[[ Data, beginning ]]
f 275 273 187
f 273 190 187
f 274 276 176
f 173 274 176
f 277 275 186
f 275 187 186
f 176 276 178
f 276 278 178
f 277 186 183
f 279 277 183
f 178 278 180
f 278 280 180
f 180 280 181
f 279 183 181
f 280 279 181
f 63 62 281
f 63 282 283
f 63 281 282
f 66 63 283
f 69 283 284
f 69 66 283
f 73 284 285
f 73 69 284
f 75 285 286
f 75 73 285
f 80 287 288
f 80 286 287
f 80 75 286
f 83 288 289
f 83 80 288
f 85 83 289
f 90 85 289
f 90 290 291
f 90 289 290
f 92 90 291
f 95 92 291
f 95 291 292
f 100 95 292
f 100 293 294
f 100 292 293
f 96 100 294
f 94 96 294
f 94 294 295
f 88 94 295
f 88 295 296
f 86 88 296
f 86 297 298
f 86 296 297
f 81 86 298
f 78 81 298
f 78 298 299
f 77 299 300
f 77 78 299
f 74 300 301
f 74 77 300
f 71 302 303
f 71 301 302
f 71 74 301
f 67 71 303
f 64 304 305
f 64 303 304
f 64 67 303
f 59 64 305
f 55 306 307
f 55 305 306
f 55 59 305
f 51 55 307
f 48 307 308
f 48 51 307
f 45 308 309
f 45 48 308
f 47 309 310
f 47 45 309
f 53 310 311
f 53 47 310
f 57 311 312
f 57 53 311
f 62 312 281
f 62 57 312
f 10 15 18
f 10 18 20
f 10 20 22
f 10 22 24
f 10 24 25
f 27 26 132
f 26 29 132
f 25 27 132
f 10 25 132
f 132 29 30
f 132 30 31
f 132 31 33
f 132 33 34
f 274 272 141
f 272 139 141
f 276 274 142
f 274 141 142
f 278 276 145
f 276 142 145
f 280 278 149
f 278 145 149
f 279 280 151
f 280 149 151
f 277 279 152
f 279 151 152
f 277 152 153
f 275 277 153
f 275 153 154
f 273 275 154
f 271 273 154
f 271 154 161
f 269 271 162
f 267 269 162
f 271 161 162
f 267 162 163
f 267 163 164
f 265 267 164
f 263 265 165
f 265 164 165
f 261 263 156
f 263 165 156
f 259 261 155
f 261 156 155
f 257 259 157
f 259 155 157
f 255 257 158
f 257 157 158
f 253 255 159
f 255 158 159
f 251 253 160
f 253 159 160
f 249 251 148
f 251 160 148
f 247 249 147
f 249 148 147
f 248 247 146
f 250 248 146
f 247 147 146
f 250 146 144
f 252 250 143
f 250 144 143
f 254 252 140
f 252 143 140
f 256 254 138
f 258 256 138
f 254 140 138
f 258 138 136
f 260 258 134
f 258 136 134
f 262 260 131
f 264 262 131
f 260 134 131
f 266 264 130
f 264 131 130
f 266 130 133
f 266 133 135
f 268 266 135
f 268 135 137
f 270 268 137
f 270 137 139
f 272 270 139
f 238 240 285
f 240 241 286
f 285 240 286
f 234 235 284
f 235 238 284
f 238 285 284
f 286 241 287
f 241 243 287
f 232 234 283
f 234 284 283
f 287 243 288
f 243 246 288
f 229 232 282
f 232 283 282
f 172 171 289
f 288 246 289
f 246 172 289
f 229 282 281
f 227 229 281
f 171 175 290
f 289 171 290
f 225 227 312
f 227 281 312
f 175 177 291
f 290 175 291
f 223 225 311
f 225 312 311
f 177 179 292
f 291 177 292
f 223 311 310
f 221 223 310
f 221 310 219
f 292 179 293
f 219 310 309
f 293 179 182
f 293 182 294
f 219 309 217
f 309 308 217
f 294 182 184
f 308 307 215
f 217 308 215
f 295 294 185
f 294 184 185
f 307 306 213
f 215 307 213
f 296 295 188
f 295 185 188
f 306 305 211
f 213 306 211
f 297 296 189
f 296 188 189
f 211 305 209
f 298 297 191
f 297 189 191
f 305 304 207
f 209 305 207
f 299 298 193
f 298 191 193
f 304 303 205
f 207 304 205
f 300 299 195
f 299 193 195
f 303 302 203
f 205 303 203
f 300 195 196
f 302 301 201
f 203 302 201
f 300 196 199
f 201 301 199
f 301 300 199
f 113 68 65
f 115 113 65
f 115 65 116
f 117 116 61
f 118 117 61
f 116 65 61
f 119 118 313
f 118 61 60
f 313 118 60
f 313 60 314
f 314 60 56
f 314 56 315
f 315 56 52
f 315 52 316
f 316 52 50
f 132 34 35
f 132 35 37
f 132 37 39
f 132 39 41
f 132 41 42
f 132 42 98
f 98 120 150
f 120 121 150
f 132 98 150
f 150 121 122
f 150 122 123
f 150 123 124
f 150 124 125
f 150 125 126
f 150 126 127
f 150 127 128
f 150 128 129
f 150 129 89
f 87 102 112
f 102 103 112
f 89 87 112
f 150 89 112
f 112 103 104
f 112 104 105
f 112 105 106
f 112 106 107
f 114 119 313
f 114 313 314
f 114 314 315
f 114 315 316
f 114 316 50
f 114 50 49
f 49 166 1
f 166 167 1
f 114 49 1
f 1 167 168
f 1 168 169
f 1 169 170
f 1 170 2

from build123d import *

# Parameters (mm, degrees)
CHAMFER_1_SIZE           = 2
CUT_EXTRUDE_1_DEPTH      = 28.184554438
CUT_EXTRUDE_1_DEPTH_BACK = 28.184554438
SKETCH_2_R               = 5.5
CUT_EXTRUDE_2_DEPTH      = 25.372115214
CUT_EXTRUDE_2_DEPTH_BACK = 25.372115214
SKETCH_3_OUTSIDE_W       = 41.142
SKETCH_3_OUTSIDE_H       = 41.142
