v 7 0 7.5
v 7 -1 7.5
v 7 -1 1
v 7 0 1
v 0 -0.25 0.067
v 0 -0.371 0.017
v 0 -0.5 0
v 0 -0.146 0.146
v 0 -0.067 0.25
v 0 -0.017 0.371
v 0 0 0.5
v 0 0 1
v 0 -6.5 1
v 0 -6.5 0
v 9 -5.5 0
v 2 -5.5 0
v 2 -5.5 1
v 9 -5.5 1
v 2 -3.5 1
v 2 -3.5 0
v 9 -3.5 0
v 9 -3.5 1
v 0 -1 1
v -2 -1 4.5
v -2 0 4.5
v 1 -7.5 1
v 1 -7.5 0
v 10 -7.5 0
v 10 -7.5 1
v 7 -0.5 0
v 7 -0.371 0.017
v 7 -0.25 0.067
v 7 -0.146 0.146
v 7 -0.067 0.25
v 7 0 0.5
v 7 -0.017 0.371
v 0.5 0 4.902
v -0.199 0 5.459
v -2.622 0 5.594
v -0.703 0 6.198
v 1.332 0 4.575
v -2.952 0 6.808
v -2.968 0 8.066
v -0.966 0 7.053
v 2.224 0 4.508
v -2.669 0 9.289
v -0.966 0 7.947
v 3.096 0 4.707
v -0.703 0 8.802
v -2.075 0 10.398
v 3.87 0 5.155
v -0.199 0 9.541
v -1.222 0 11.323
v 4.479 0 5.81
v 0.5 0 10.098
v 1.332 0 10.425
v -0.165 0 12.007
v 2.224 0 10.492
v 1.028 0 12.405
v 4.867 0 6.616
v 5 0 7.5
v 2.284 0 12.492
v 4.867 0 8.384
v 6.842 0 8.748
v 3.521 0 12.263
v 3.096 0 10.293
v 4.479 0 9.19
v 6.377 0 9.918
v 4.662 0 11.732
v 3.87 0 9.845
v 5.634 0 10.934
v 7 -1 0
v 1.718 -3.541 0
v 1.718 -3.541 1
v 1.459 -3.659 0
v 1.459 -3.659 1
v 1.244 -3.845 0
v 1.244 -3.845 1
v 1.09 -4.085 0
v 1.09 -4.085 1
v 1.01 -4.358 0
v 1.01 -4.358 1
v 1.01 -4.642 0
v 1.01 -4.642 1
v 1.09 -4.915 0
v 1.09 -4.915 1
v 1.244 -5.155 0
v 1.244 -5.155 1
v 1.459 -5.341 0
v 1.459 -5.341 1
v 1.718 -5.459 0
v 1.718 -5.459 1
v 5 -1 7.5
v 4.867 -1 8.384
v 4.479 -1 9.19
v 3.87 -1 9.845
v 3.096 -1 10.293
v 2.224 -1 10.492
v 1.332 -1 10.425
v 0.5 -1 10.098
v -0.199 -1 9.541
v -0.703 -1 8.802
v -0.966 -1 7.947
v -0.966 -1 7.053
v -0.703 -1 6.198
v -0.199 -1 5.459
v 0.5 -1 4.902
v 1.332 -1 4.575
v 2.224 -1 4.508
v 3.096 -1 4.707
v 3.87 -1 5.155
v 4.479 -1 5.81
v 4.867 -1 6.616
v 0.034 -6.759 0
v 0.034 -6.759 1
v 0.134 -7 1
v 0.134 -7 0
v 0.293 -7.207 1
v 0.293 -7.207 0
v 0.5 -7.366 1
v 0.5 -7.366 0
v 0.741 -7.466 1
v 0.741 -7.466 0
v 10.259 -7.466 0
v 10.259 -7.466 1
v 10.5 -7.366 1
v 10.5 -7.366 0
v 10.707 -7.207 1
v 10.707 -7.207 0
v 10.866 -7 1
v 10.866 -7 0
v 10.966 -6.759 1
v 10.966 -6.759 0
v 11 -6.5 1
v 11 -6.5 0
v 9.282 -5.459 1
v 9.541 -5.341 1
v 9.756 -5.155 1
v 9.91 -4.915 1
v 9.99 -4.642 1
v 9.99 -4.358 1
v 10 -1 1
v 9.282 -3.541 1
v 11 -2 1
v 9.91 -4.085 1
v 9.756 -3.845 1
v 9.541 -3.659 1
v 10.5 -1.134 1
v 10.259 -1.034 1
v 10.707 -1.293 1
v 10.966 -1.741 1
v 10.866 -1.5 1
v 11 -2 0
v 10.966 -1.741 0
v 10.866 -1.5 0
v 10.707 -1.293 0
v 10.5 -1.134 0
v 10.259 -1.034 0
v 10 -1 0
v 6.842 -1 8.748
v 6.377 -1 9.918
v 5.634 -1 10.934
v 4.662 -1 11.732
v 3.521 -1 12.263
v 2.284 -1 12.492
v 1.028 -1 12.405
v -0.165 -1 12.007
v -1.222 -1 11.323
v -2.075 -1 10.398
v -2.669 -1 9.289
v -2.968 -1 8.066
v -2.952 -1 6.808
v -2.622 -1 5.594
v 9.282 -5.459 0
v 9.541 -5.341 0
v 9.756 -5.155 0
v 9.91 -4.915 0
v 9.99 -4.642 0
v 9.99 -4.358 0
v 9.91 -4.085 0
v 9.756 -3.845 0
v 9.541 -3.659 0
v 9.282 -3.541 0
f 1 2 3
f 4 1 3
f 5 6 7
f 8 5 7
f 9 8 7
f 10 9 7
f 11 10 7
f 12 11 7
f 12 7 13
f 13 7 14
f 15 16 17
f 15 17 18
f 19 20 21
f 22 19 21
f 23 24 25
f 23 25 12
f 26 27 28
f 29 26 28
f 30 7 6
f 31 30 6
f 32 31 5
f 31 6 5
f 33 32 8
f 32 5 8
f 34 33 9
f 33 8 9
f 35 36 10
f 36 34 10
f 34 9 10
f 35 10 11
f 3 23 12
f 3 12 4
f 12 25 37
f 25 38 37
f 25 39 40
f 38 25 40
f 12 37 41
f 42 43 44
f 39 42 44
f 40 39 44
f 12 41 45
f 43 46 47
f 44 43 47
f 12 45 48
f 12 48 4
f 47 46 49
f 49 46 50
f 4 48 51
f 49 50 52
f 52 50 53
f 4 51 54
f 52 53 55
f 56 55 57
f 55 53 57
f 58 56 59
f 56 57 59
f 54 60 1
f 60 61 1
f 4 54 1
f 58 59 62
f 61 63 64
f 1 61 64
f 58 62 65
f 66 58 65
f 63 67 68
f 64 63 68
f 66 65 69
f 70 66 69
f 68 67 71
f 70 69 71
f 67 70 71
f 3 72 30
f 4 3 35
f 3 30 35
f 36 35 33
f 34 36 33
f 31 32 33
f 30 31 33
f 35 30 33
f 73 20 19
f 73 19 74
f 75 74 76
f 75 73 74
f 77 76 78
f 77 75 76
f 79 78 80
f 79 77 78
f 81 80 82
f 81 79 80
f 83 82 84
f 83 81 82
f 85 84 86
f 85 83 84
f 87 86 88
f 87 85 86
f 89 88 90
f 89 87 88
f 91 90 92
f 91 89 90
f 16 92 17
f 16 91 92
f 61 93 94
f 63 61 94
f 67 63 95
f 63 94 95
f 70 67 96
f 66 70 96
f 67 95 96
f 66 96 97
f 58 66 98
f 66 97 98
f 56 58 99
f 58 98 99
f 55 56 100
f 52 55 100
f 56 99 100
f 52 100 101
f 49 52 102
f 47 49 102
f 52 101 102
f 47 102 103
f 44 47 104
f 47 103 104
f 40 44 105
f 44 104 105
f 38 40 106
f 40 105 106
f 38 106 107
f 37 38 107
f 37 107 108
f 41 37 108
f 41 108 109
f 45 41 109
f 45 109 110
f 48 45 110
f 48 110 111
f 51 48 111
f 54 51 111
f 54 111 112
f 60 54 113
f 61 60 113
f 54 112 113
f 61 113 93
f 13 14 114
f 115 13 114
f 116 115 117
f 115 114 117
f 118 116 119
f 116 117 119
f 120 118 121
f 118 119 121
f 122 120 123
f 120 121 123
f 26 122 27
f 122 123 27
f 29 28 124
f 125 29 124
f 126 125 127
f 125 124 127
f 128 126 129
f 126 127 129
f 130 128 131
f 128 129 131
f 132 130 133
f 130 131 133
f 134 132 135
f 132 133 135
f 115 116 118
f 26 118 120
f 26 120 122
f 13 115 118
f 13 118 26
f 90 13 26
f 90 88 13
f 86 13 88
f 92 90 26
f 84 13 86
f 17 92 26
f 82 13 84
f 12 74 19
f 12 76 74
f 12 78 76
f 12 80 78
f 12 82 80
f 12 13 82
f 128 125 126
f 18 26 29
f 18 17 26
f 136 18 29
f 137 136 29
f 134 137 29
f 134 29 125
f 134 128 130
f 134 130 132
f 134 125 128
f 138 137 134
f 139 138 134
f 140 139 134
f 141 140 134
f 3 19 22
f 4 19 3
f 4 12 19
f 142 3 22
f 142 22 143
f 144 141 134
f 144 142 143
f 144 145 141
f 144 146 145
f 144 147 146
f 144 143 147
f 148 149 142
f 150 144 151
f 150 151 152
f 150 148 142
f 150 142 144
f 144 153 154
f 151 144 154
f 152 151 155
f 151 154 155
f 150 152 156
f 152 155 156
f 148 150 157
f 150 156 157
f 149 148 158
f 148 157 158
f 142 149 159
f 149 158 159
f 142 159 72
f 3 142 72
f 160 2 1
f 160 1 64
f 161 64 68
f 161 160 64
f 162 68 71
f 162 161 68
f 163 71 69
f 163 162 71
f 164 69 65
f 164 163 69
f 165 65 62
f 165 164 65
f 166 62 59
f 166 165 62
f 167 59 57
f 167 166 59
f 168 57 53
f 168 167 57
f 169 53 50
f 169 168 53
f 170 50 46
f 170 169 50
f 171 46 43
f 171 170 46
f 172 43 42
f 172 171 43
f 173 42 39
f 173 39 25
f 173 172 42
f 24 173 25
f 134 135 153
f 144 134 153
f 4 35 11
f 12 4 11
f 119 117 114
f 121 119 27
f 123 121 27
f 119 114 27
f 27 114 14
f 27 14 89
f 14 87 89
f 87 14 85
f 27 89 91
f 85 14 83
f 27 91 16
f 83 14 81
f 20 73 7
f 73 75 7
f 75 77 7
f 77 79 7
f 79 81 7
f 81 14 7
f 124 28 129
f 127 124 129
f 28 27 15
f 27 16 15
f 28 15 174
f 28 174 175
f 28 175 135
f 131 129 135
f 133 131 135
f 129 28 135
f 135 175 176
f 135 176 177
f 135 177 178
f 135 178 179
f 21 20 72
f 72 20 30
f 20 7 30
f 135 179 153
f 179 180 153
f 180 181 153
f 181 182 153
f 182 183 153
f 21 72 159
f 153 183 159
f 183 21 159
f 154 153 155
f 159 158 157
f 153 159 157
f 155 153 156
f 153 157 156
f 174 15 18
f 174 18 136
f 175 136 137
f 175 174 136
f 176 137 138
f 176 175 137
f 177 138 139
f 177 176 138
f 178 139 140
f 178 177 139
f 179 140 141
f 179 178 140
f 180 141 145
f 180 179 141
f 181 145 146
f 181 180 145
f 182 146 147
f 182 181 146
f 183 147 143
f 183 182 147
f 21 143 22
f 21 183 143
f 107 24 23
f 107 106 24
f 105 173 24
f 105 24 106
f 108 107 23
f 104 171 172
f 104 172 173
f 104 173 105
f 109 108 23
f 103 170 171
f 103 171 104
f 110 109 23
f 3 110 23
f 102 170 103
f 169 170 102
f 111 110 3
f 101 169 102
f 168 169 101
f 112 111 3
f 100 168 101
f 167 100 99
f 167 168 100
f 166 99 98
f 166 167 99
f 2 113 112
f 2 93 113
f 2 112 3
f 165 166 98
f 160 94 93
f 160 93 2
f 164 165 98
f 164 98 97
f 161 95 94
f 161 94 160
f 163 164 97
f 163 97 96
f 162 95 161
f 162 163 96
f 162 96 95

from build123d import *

# Parameters (mm, degrees)
EXTRUDE001_DEPTH                     = 1
EXTRUDE002_DEPTH                     = 15
EXTRUDE_DEPTH                        = 1
SKETCH004_AS_DRAWN_R                 = 3
EXTRUDE004_DEPTH                     = 1
EXTRUDE004_ONTO_SKETCH004_ROLL_ANGLE = 90
EXTRUDE003_DEPTH                     = 1
EXTRUDE003_ONTO_SKETCH003_ROLL_ANGLE = 90


with BuildPart() as extrude001:
    # Sketch001 → Extrude001 (new body)
    with BuildSketch(Plane.XY):
        with BuildLine():
            Line((2, -5.5), (9, -5.5))
            ThreePointArc((9, -5.5), (10, -4.5), (9, -3.5))
            Line((2, -3.5), (9, -3.5))
            ThreePointArc((2, -3.5), (1, -4.5), (2, -5.5))
        make_face()
    extrude(amount=EXTRUDE001_DEPTH)


with BuildPart() as extrude002:
    # Sketch002 → Extrude002 (new body)
    with BuildSketch(Plane.YZ):
        with BuildLine():
            ThreePointArc((-0.5, 0), (-0.146447, 0.146447), (0, 0.5))
            Line((0, 0.5), (0, 0))
            Line((-0.5, 0), (0, 0))
        make_face()
    extrude(amount=EXTRUDE002_DEPTH)


with BuildPart() as cut001:
    # Sketch → Extrude (new body)
    with BuildSketch(Plane(origin=(0, -0.5, 0), x_dir=(1, 0, 0), z_dir=(0, 0, 1))):
        with BuildLine():
            ThreePointArc((0, -6), (0.292893, -6.707107), (1, -7))
            Line((1, -7), (10, -7))
            ThreePointArc((10, -7), (10.707107, -6.707106), (11, -6))
            Line((11, -6), (11, -1.5))
            ThreePointArc((11, -1.5), (10.707107, -0.792893), (10, -0.5))
            Line((10, -0.5), (7, -0.5))
            Line((7, -0.5), (7, 0.5))
            Line((7, 0.5), (0, 0.5))
            Line((0, 0.5), (0, -6))
        make_face()
    extrude(amount=EXTRUDE_DEPTH)

    # Cut: cut Extrude002
    add(extrude002.part, mode=Mode.SUBTRACT)

    # Cut001: cut Extrude001
    add(extrude001.part, mode=Mode.SUBTRACT)


with BuildPart() as extrude004:
    # Sketch004 as drawn → Extrude004 (new)
    with BuildSketch(Plane.XY):
        with Locations((2, 8)):
            Circle(SKETCH004_AS_DRAWN_R)
    extrude(amount=-EXTRUDE004_DEPTH)


with BuildPart() as extrude004_1:
    # Extrude004 onto Sketch004 roll: moved
    add(extrude004.part.rotate(Axis((0, 0, 0), (1, 0, 0)), EXTRUDE004_ONTO_SKETCH004_ROLL_ANGLE))


with BuildPart() as extrude004_2:
    # Extrude004 onto Sketch004 placement: moved
    add(extrude004_1.part.moved(Location((0, -1, -0.5))))


with BuildPart() as cut002:
    # Sketch003 as drawn → Extrude003 (new)
    with BuildSketch(Plane.XY):
        with BuildLine():
            ThreePointArc((7, 8), (0.418861, 12.743416), (-1.999999, 5))
            Line((-1.999999, 5), (0, 1.5))
            Line((0, 1.5), (7, 1.5))
            Line((7, 8), (7, 1.5))
        make_face()
    extrude(amount=-EXTRUDE003_DEPTH)


with BuildPart() as cut002_1:
    # Extrude003 onto Sketch003 roll: moved
    add(cut002.part.rotate(Axis((0, 0, 0), (1, 0, 0)), EXTRUDE003_ONTO_SKETCH003_ROLL_ANGLE))


with BuildPart() as cut002_2:
    # Extrude003 onto Sketch003 placement: moved
    add(cut002_1.part.moved(Location((0, -1, -0.5))))

    # Cut002: cut Extrude004
    add(extrude004_2.part, mode=Mode.SUBTRACT)


solid = Compound([cut001.part, cut002_2.part])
[[ Data, end ]]
→ Task objective
Looking at the records above, return exactly the lines from the line with "f 51 48 111" to the line with "f 130 128 131", both ends included.

→ Exercise solution
f 51 48 111
f 54 51 111
f 54 111 112
f 60 54 113
f 61 60 113
f 54 112 113
f 61 113 93
f 13 14 114
f 115 13 114
f 116 115 117
f 115 114 117
f 118 116 119
f 116 117 119
f 120 118 121
f 118 119 121
f 122 120 123
f 120 121 123
f 26 122 27
f 122 123 27
f 29 28 124
f 125 29 124
f 126 125 127
f 125 124 127
f 128 126 129
f 126 127 129
f 130 128 131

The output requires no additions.